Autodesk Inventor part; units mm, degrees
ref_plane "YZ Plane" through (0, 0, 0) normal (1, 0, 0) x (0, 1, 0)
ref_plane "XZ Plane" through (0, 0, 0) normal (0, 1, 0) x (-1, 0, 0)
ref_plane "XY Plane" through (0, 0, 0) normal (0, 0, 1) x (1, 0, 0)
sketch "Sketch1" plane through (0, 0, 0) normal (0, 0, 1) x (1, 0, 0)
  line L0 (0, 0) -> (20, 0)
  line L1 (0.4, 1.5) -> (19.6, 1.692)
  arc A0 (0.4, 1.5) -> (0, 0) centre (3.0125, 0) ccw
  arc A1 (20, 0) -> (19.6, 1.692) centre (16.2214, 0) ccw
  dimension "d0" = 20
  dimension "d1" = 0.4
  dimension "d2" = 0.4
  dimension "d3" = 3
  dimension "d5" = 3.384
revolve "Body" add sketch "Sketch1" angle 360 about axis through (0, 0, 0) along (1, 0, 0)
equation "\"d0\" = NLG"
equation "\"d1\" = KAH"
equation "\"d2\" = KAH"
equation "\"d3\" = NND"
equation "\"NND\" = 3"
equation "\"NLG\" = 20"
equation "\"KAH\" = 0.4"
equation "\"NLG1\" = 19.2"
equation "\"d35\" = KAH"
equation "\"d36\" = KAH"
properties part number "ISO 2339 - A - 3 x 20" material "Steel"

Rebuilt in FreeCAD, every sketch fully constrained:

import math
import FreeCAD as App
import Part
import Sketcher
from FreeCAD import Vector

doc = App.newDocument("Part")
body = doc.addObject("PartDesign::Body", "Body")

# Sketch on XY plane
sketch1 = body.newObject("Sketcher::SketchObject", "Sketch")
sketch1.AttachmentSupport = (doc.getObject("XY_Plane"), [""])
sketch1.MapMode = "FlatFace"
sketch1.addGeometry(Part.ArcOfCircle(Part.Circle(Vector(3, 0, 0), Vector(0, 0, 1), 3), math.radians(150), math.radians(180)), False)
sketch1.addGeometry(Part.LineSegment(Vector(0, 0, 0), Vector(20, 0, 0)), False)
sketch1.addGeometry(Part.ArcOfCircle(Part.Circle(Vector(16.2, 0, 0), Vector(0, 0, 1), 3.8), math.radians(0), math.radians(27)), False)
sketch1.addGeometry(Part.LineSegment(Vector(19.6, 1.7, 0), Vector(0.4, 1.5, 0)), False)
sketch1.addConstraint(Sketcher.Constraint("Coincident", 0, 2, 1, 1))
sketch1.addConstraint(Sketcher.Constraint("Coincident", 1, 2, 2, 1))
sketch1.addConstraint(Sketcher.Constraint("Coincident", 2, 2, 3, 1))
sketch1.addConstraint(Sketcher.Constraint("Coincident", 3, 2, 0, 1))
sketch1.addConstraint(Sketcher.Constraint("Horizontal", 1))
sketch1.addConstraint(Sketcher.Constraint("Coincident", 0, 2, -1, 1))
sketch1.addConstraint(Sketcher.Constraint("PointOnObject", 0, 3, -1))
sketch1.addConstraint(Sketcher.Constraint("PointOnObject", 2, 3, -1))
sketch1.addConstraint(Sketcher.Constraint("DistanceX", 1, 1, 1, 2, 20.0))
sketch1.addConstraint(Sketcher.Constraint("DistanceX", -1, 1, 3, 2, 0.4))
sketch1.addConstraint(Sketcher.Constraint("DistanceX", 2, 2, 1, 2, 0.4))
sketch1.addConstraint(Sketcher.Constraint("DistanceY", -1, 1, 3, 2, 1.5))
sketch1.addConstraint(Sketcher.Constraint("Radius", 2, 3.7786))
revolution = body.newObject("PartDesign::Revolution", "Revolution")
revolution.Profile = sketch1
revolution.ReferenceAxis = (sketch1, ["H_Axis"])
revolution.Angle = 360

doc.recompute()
...
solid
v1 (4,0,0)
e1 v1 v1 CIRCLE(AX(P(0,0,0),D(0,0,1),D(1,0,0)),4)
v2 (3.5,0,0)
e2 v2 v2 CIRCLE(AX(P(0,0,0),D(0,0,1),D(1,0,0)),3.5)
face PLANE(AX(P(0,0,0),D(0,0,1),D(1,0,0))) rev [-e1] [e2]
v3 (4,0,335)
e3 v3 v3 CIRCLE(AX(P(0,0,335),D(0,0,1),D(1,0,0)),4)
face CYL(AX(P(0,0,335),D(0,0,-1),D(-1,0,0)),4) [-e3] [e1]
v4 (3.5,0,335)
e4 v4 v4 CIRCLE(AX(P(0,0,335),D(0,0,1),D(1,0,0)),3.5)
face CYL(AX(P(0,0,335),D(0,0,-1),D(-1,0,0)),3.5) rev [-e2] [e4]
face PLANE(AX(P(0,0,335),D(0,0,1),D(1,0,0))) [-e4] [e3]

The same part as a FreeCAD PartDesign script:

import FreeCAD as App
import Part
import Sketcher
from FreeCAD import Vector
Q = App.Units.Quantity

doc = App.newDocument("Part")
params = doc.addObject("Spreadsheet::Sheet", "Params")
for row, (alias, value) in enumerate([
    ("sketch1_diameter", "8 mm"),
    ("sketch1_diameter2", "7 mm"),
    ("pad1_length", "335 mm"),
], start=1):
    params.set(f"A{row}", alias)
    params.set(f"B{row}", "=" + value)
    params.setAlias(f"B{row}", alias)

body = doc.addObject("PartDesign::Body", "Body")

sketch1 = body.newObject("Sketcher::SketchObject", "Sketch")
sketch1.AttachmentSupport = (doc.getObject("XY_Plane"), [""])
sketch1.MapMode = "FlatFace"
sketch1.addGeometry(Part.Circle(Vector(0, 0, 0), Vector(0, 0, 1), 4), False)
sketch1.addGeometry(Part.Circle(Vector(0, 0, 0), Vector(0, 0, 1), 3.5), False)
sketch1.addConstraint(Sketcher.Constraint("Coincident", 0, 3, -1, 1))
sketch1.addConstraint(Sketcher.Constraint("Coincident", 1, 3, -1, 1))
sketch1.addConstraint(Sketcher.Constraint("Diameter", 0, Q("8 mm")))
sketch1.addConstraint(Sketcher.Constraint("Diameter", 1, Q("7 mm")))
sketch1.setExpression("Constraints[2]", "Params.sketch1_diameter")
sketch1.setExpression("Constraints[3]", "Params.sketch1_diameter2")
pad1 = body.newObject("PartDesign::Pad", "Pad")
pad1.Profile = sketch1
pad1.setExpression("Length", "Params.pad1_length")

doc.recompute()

Work required: Reproduce exactly, and only, the part of the listing above that begins at the line with "e1 v1 v1 CIRCLE(AX(P(0,0,0),D(0,0,1),D(1,0,0)),4)" and goes on through the line with "The same part".

Expected output:
e1 v1 v1 CIRCLE(AX(P(0,0,0),D(0,0,1),D(1,0,0)),4)
v2 (3.5,0,0)
e2 v2 v2 CIRCLE(AX(P(0,0,0),D(0,0,1),D(1,0,0)),3.5)
face PLANE(AX(P(0,0,0),D(0,0,1),D(1,0,0))) rev [-e1] [e2]
v3 (4,0,335)
e3 v3 v3 CIRCLE(AX(P(0,0,335),D(0,0,1),D(1,0,0)),4)
face CYL(AX(P(0,0,335),D(0,0,-1),D(-1,0,0)),4) [-e3] [e1]
v4 (3.5,0,335)
e4 v4 v4 CIRCLE(AX(P(0,0,335),D(0,0,1),D(1,0,0)),3.5)
face CYL(AX(P(0,0,335),D(0,0,-1),D(-1,0,0)),3.5) rev [-e2] [e4]
face PLANE(AX(P(0,0,335),D(0,0,1),D(1,0,0))) [-e4] [e3]

The same part as a FreeCAD PartDesign script:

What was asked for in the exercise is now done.